TASK PROMPT >>
Print nothing except the lines of the listing below from the line with "v -9.73 -45.201 -42.629" to the line with "v 19.948 -45.201 -38.91", each exactly as written, both ends included.

INFORMATION SUPPLIED >>
──────

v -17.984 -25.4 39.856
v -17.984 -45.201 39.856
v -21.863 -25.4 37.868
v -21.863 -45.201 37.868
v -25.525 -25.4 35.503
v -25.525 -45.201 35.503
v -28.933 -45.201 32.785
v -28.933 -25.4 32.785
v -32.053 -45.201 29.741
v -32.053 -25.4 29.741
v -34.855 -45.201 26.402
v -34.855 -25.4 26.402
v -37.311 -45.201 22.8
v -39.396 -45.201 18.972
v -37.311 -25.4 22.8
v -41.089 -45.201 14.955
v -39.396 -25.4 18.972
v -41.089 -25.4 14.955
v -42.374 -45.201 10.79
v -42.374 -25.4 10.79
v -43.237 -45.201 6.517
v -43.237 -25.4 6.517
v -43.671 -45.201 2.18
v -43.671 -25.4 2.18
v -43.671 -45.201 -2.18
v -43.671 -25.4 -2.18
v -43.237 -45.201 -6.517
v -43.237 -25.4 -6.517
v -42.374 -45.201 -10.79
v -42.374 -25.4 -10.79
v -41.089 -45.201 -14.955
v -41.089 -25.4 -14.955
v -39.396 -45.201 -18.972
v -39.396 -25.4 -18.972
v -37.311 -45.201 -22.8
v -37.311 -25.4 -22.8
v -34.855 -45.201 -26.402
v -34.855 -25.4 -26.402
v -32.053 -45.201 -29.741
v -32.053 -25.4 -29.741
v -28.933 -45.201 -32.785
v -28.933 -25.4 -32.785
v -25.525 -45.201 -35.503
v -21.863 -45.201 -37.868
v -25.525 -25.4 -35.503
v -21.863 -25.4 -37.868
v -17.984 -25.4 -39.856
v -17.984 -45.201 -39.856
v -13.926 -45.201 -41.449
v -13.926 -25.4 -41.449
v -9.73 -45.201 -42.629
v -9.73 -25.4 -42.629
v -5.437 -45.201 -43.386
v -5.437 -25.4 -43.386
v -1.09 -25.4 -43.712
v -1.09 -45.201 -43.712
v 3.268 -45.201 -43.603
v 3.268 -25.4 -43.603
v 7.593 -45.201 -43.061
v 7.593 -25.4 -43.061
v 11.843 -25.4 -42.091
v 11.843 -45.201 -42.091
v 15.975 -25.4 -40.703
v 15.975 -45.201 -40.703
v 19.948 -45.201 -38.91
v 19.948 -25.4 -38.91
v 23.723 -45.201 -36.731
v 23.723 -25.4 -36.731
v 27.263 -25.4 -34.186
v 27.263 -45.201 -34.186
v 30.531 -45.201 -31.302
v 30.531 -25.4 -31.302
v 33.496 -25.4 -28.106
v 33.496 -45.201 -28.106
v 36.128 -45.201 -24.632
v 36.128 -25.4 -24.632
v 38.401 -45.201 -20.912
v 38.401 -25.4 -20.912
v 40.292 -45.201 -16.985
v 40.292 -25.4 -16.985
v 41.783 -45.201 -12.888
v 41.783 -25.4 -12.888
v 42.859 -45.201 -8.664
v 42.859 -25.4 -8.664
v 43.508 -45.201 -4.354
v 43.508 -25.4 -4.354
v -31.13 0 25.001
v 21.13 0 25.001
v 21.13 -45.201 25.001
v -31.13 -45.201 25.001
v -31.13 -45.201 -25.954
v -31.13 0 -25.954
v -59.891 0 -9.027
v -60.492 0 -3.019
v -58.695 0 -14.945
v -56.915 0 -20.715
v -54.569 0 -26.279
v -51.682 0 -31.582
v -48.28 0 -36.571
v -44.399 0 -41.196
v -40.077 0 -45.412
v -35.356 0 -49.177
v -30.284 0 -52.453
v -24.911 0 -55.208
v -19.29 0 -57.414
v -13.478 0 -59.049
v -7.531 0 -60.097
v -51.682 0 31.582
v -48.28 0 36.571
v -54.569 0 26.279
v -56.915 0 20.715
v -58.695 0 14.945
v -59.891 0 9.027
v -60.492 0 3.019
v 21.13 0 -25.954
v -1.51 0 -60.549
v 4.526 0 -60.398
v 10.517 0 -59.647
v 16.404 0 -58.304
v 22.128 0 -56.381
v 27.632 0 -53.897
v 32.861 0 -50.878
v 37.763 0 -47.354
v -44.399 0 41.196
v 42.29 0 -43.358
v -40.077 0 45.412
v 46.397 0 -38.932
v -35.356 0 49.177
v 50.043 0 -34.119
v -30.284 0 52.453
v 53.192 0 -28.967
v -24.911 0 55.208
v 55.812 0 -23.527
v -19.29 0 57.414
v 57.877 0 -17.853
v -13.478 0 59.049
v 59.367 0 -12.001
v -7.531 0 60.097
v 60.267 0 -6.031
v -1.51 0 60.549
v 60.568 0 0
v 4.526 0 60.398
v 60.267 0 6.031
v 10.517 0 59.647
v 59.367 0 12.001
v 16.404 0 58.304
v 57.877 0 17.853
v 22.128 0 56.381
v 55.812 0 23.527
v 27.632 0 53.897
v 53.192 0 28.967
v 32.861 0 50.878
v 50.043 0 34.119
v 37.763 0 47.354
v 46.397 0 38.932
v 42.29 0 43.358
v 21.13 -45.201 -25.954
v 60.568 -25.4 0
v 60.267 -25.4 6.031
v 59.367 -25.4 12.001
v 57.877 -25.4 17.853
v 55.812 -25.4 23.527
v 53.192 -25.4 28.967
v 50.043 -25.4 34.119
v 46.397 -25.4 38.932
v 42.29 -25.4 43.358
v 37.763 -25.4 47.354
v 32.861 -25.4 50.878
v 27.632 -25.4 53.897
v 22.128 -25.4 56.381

──────

ANSWER TO THIS EXERCISE >>
v -9.73 -45.201 -42.629
v -9.73 -25.4 -42.629
v -5.437 -45.201 -43.386
v -5.437 -25.4 -43.386
v -1.09 -25.4 -43.712
v -1.09 -45.201 -43.712
v 3.268 -45.201 -43.603
v 3.268 -25.4 -43.603
v 7.593 -45.201 -43.061
v 7.593 -25.4 -43.061
v 11.843 -25.4 -42.091
v 11.843 -45.201 -42.091
v 15.975 -25.4 -40.703
v 15.975 -45.201 -40.703
v 19.948 -45.201 -38.91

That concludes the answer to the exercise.